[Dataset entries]
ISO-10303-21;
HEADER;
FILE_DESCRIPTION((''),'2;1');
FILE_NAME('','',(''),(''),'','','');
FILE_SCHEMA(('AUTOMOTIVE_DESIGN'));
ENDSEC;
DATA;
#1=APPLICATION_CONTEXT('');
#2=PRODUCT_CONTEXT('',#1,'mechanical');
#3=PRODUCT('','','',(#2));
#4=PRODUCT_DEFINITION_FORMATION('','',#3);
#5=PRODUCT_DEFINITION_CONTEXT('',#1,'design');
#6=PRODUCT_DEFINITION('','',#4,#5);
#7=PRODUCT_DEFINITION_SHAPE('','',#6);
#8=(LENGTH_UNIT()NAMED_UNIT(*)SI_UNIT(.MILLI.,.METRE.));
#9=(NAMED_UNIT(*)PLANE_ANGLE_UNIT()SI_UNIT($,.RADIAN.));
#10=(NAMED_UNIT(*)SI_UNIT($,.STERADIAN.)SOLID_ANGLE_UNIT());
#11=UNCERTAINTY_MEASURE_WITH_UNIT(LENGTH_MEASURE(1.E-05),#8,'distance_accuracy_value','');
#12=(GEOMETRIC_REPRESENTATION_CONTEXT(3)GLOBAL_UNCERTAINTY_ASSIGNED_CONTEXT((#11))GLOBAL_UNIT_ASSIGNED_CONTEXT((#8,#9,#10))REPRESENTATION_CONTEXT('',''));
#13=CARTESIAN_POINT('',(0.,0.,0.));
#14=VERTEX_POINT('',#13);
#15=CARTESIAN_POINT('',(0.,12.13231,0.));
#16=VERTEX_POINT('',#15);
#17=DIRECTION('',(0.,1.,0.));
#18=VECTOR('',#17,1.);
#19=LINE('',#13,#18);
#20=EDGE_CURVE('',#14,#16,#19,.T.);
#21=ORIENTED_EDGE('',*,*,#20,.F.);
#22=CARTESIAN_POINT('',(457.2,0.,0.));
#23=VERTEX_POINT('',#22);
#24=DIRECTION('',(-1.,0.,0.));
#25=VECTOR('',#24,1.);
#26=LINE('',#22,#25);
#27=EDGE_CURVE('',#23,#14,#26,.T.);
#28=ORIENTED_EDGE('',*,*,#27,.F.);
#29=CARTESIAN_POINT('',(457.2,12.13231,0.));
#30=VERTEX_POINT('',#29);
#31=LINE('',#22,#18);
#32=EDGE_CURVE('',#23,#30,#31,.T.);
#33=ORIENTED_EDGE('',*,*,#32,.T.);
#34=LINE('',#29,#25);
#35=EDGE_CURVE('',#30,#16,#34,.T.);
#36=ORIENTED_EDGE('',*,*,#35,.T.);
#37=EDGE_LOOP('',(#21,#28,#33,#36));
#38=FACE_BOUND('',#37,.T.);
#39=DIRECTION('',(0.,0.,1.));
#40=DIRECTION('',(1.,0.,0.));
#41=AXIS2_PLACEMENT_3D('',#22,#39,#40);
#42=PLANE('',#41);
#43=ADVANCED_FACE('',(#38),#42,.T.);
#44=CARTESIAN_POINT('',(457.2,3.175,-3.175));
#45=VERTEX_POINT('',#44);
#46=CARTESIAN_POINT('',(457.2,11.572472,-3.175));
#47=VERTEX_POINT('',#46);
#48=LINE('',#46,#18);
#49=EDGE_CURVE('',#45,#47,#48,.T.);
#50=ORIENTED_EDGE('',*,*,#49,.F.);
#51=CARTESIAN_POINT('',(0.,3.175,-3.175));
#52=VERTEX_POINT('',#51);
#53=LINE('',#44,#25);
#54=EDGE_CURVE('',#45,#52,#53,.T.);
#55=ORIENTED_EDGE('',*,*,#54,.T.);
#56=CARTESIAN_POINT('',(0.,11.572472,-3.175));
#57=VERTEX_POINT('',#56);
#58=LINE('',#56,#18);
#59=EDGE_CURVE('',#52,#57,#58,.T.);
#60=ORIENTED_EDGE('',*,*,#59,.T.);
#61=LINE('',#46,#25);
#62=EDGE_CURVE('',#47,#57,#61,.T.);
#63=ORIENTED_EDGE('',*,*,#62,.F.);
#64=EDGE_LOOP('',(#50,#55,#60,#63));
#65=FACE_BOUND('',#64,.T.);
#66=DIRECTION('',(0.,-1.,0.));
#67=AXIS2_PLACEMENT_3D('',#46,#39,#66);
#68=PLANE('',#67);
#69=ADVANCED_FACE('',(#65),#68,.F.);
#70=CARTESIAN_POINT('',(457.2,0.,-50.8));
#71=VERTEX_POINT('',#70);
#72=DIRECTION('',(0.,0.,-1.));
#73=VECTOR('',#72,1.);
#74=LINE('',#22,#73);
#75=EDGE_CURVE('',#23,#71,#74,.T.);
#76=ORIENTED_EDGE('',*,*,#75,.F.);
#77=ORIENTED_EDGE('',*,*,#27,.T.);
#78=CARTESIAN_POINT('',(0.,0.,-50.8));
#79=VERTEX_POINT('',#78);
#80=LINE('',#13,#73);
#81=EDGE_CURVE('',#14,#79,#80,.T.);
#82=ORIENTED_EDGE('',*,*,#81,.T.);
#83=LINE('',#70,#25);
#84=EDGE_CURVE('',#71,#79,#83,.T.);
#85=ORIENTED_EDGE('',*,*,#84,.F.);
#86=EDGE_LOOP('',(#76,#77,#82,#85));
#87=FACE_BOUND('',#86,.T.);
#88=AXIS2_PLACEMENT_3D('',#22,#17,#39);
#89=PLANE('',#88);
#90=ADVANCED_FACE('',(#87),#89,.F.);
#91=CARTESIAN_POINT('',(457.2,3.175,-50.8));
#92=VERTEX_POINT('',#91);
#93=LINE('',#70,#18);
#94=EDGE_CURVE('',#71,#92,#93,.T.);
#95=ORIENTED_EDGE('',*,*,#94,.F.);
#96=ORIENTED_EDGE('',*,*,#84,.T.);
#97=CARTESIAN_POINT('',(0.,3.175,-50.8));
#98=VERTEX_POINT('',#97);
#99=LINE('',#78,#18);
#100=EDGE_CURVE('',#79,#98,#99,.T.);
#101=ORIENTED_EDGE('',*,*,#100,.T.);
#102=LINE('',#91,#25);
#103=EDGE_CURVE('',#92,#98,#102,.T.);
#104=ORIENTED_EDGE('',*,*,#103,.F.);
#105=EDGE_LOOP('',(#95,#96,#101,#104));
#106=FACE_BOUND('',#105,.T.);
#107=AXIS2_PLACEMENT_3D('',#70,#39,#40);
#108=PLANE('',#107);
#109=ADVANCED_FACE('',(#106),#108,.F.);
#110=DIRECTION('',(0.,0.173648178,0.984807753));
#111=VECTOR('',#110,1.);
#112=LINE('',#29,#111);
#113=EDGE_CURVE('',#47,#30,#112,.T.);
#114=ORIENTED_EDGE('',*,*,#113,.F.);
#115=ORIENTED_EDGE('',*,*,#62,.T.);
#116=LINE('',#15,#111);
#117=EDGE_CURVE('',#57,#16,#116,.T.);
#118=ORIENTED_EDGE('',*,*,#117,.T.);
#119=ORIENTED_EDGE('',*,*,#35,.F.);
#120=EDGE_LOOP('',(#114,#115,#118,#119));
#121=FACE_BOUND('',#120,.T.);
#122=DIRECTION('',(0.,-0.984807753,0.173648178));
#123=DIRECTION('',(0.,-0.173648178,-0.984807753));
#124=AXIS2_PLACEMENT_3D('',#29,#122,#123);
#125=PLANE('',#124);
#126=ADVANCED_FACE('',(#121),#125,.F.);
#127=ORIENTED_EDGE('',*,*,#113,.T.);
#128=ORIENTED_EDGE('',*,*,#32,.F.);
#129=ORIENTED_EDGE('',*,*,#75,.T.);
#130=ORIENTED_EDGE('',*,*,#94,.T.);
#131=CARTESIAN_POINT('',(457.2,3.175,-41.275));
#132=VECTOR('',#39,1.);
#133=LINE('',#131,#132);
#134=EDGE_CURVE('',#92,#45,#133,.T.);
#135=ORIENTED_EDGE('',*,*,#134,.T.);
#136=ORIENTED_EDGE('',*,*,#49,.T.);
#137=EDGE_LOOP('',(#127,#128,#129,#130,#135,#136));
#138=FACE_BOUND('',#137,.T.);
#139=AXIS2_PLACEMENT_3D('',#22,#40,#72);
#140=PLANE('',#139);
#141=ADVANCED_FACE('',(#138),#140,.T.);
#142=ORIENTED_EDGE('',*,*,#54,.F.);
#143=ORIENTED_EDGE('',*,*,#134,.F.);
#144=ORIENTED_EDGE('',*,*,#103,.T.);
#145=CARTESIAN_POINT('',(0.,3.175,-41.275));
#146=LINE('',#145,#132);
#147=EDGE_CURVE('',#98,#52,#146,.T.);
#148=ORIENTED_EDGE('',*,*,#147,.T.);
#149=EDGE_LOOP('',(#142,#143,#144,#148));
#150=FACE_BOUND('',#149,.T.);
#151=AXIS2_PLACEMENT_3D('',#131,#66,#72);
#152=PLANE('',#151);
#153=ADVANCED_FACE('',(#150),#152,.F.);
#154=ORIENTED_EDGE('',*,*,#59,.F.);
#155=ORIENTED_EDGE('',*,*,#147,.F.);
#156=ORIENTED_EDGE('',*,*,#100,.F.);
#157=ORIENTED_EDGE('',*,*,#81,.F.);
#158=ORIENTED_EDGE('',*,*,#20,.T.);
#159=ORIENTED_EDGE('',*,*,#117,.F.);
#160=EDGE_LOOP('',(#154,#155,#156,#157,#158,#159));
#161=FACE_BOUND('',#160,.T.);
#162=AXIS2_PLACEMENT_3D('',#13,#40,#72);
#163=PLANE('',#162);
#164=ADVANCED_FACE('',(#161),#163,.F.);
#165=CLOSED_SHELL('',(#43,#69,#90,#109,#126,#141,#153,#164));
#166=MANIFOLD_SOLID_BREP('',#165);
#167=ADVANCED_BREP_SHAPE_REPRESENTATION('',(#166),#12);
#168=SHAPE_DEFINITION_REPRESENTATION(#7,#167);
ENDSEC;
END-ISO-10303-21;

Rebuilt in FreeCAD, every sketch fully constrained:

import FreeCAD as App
import Part
import Sketcher
from FreeCAD import Vector
Q = App.Units.Quantity

doc = App.newDocument("Part")
params = doc.addObject("Spreadsheet::Sheet", "Params")
for row, (alias, value) in enumerate([
    ("sketch1_height", "2 in"),
    ("pad1_length", "18 in"),
    ("sketch2_height", "2 in"),
    ("sketch2_height2", "1.875 in"),
    ("pocket1_length", "18 in"),
], start=1):
    params.set(f"A{row}", alias)
    params.set(f"B{row}", "=" + value)
    params.setAlias(f"B{row}", alias)

body = doc.addObject("PartDesign::Body", "Body")

# Sketch on YZ plane
sketch1 = body.newObject("Sketcher::SketchObject", "Sketch")
sketch1.AttachmentSupport = (doc.getObject("YZ_Plane"), [""])
sketch1.MapMode = "FlatFace"
sketch1.addGeometry(Part.LineSegment(Vector(12, 0, 0), Vector(0, 0, 0)), False)
sketch1.addGeometry(Part.LineSegment(Vector(0, 0, 0), Vector(0, -51, 0)), False)
sketch1.addGeometry(Part.LineSegment(Vector(0, -51, 0), Vector(12, -51, 0)), False)
sketch1.addGeometry(Part.LineSegment(Vector(12, -51, 0), Vector(12, 0, 0)), False)
sketch1.addConstraint(Sketcher.Constraint("Coincident", 0, 2, 1, 1))
sketch1.addConstraint(Sketcher.Constraint("Coincident", 1, 2, 2, 1))
sketch1.addConstraint(Sketcher.Constraint("Coincident", 2, 2, 3, 1))
sketch1.addConstraint(Sketcher.Constraint("Coincident", 3, 2, 0, 1))
sketch1.addConstraint(Sketcher.Constraint("Horizontal", 0))
sketch1.addConstraint(Sketcher.Constraint("Vertical", 1))
sketch1.addConstraint(Sketcher.Constraint("Horizontal", 2))
sketch1.addConstraint(Sketcher.Constraint("Vertical", 3))
sketch1.addConstraint(Sketcher.Constraint("Coincident", 0, 2, -1, 1))
sketch1.addConstraint(Sketcher.Constraint("DistanceY", 1, 2, 1, 1, Q("2 in")))
sketch1.addConstraint(Sketcher.Constraint("DistanceX", 0, 2, 0, 1, Q("12.13231 mm")))
sketch1.setExpression("Constraints[9]", "Params.sketch1_height")
pad1 = body.newObject("PartDesign::Pad", "Pad")
pad1.Profile = sketch1
pad1.setExpression("Length", "Params.pad1_length")

# Sketch on YZ plane
sketch2 = body.newObject("Sketcher::SketchObject", "Sketch001")
sketch2.AttachmentSupport = (doc.getObject("YZ_Plane"), [""])
sketch2.MapMode = "FlatFace"
sketch2.addGeometry(Part.LineSegment(Vector(12.1, 0, 0), Vector(12.1, -50.8, 0)), False)
sketch2.addGeometry(Part.LineSegment(Vector(12.1, -50.8, 0), Vector(3.2, -50.8, 0)), False)
sketch2.addGeometry(Part.LineSegment(Vector(3.2, -50.8, 0), Vector(3.2, -3.2, 0)), False)
sketch2.addGeometry(Part.LineSegment(Vector(3.2, -3.2, 0), Vector(11.6, -3.2, 0)), False)
sketch2.addGeometry(Part.LineSegment(Vector(11.6, -3.2, 0), Vector(12.1, 0, 0)), False)
sketch2.addConstraint(Sketcher.Constraint("Coincident", 0, 2, 1, 1))
sketch2.addConstraint(Sketcher.Constraint("Coincident", 1, 2, 2, 1))
sketch2.addConstraint(Sketcher.Constraint("Coincident", 2, 2, 3, 1))
sketch2.addConstraint(Sketcher.Constraint("Coincident", 3, 2, 4, 1))
sketch2.addConstraint(Sketcher.Constraint("Coincident", 4, 2, 0, 1))
sketch2.addConstraint(Sketcher.Constraint("Vertical", 0))
sketch2.addConstraint(Sketcher.Constraint("Horizontal", 1))
sketch2.addConstraint(Sketcher.Constraint("Vertical", 2))
sketch2.addConstraint(Sketcher.Constraint("Horizontal", 3))
sketch2.addConstraint(Sketcher.Constraint("PointOnObject", 4, 2, -1))
sketch2.addConstraint(Sketcher.Constraint("DistanceY", 0, 2, 0, 1, Q("2 in")))
sketch2.addConstraint(Sketcher.Constraint("Angle", 4, Q("80 deg")))
sketch2.addConstraint(Sketcher.Constraint("DistanceY", 2, 1, 2, 2, Q("1.875 in")))
sketch2.addConstraint(Sketcher.Constraint("DistanceX", -1, 1, 1, 2, Q("0.125 in")))
sketch2.addConstraint(Sketcher.Constraint("DistanceX", 1, 2, 1, 1, Q("8.95731 mm")))
sketch2.setExpression("Constraints[10]", "Params.sketch2_height")
sketch2.setExpression("Constraints[12]", "Params.sketch2_height2")
pocket1 = body.newObject("PartDesign::Pocket", "Pocket")
pocket1.Profile = sketch2
pocket1.setExpression("Length", "Params.pocket1_length")
pocket1.Reversed = True

doc.recompute()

YOUR OBJECTIVE: Your task for the entries above: copy exactly the span starting with the line with "#160=EDGE_LOOP('',(#154,#155,#156,#157,#158,#159));" and going on through the line with "#166=MANIFOLD_SOLID_BREP('',#165);", both lines included, and nothing else.

TASK OUTPUT:
#160=EDGE_LOOP('',(#154,#155,#156,#157,#158,#159));
#161=FACE_BOUND('',#160,.T.);
#162=AXIS2_PLACEMENT_3D('',#13,#40,#72);
#163=PLANE('',#162);
#164=ADVANCED_FACE('',(#161),#163,.F.);
#165=CLOSED_SHELL('',(#43,#69,#90,#109,#126,#141,#153,#164));
#166=MANIFOLD_SOLID_BREP('',#165);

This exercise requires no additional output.